____ Source data
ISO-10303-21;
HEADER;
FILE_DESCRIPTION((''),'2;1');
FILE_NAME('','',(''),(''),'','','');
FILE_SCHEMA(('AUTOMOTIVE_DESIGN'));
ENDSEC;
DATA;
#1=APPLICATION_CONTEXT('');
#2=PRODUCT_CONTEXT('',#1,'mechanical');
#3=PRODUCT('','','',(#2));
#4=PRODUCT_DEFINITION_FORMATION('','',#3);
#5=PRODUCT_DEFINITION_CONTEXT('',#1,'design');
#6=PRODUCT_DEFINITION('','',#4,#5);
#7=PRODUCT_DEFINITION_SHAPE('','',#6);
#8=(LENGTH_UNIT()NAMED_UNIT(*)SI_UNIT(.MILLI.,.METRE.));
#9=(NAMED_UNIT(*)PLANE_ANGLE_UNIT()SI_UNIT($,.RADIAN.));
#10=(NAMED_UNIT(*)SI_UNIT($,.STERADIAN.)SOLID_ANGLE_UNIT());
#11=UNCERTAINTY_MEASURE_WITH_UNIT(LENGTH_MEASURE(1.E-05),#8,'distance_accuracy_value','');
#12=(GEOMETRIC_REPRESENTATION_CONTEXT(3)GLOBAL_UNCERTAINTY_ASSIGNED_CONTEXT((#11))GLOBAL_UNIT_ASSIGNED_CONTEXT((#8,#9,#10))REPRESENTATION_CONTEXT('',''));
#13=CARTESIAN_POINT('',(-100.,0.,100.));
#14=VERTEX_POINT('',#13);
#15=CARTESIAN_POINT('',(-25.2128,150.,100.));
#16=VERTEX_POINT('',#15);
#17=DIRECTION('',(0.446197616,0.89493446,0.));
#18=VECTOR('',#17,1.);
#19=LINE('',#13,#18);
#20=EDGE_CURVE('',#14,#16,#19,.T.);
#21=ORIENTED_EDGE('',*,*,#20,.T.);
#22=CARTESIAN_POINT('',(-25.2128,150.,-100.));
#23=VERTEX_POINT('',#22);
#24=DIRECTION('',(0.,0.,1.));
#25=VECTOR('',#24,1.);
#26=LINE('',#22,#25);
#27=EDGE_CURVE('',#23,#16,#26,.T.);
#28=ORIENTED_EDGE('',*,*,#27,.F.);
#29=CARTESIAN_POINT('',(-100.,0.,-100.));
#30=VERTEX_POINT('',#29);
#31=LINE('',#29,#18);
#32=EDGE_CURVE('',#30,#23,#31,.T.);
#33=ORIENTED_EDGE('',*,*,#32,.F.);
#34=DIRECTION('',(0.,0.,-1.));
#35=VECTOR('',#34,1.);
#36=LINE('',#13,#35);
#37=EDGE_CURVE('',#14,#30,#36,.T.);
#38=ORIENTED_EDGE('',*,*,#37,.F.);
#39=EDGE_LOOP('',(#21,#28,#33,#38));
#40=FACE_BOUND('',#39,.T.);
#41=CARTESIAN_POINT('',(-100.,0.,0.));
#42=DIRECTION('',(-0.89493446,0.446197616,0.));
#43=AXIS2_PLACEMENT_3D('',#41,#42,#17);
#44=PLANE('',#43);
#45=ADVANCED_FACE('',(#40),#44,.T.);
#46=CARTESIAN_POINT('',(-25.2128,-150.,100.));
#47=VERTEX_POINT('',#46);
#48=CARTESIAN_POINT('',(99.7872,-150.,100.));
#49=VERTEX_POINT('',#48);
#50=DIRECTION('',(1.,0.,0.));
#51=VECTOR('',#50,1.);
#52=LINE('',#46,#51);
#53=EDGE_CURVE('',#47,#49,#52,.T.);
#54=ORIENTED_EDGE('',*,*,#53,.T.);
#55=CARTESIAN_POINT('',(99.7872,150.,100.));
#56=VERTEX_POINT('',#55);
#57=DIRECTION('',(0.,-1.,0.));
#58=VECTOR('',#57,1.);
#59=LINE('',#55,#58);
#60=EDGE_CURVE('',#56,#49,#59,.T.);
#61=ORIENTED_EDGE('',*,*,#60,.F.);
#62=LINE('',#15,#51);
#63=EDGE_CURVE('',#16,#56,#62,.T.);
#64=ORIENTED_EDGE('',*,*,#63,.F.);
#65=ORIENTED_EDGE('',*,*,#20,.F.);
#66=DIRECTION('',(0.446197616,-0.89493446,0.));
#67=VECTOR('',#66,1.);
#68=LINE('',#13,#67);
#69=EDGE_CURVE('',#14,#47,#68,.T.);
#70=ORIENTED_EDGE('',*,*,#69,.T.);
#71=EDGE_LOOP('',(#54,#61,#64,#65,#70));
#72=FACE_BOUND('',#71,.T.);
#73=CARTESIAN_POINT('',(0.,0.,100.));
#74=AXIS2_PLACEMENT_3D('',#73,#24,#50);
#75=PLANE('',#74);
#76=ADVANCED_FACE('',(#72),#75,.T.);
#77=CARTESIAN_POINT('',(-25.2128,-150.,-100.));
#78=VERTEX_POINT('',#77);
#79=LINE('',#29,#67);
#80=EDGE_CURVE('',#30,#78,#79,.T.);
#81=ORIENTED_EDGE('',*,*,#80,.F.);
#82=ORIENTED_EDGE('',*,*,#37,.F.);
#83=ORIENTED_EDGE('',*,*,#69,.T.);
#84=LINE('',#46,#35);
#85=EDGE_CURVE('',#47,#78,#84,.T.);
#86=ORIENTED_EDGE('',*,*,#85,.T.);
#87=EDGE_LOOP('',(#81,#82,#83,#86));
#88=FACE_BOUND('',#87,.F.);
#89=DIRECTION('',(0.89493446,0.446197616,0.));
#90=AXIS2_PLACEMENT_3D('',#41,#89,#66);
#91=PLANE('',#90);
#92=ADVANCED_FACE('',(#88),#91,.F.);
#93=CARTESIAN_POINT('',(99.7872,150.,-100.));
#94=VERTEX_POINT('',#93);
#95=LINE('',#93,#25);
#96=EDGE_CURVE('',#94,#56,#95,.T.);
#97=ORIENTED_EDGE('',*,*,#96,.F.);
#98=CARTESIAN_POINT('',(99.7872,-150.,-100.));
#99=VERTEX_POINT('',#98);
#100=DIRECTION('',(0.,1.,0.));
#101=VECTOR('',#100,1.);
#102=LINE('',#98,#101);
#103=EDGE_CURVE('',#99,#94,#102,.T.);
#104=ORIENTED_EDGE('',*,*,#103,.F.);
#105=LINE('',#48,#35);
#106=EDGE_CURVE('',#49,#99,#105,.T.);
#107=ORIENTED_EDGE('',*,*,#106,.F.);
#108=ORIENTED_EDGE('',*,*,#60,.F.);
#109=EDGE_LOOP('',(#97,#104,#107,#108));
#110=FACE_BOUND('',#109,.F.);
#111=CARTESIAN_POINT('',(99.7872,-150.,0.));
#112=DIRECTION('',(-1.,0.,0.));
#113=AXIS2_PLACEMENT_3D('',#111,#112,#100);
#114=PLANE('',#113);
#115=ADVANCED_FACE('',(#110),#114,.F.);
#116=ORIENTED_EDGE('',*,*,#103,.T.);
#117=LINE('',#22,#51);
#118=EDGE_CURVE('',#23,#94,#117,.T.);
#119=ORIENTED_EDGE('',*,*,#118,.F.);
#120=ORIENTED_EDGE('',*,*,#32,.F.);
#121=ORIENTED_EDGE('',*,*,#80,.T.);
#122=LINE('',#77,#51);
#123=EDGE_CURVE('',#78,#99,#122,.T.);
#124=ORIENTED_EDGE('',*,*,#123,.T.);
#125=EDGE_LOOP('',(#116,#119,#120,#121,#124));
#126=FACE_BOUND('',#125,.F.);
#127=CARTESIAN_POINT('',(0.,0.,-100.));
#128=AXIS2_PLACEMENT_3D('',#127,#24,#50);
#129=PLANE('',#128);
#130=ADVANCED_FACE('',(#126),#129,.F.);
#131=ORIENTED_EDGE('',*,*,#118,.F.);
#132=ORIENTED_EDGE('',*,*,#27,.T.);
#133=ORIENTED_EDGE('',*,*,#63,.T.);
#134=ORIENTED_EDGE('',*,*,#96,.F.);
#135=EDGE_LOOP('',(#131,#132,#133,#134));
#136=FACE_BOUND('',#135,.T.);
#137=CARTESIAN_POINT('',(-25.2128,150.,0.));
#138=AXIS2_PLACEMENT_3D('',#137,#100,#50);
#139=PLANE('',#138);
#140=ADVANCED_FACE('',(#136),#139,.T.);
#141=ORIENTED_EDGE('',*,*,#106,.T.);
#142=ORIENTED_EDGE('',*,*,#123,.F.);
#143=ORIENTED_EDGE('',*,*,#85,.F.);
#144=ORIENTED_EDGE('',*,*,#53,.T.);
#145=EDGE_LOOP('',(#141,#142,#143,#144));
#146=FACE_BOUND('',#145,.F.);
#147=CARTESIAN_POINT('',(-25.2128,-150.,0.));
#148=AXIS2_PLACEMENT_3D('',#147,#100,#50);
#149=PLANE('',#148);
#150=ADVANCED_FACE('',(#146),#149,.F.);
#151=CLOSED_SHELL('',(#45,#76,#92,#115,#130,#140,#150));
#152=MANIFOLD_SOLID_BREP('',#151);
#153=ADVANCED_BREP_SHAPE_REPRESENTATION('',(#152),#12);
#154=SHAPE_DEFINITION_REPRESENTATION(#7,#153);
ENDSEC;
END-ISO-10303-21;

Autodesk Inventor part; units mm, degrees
ref_plane "YZ Plane" through (0, 0, 0) normal (1, 0, 0) x (0, 1, 0)
ref_plane "XZ Plane" through (0, 0, 0) normal (0, 1, 0) x (-1, 0, 0)
ref_plane "XY Plane" through (0, 0, 0) normal (0, 0, 1) x (1, 0, 0)
sketch "HandProfile" plane through (0, 0, 0) normal (0, 0, 1) x (1, 0, 0)
  line L0 (-100, 0) -> (-25.2128, 150)
  line L1 (-25.2128, 150) -> (99.7872, 150)
  line L2 (99.7872, 150) -> (99.7872, 0)
  line L3 (99.7872, 0) -> (-100, 0) construction
  line L4 (-100, 0) -> (-25.2128, -150)
  line L5 (-25.2128, -150) -> (99.7872, -150)
  line L6 (99.7872, -150) -> (99.7872, 0)
  line L7 (-139.9574, 0) -> (139.7447, 0) projected
  point P0 (0, 0)
  dimension "d0" = 127
  dimension "d1" = 125
  dimension "d4" = 300
  dimension "d5" = 100
extrude "Hand" add sketch "HandProfile" along normal mid plane 200
properties part number "hand" material "ABS Plastic"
________
Task instructions: Give back exactly the lines above, from the line containing "#33=ORIENTED_EDGE('',*,*,#32,.F.);" through the line containing "#48=CARTESIAN_POINT('',(99.7872,-150.,100.));", with both end lines and nothing more.

Written solution:
#33=ORIENTED_EDGE('',*,*,#32,.F.);
#34=DIRECTION('',(0.,0.,-1.));
#35=VECTOR('',#34,1.);
#36=LINE('',#13,#35);
#37=EDGE_CURVE('',#14,#30,#36,.T.);
#38=ORIENTED_EDGE('',*,*,#37,.F.);
#39=EDGE_LOOP('',(#21,#28,#33,#38));
#40=FACE_BOUND('',#39,.T.);
#41=CARTESIAN_POINT('',(-100.,0.,0.));
#42=DIRECTION('',(-0.89493446,0.446197616,0.));
#43=AXIS2_PLACEMENT_3D('',#41,#42,#17);
#44=PLANE('',#43);
#45=ADVANCED_FACE('',(#40),#44,.T.);
#46=CARTESIAN_POINT('',(-25.2128,-150.,100.));
#47=VERTEX_POINT('',#46);
#48=CARTESIAN_POINT('',(99.7872,-150.,100.));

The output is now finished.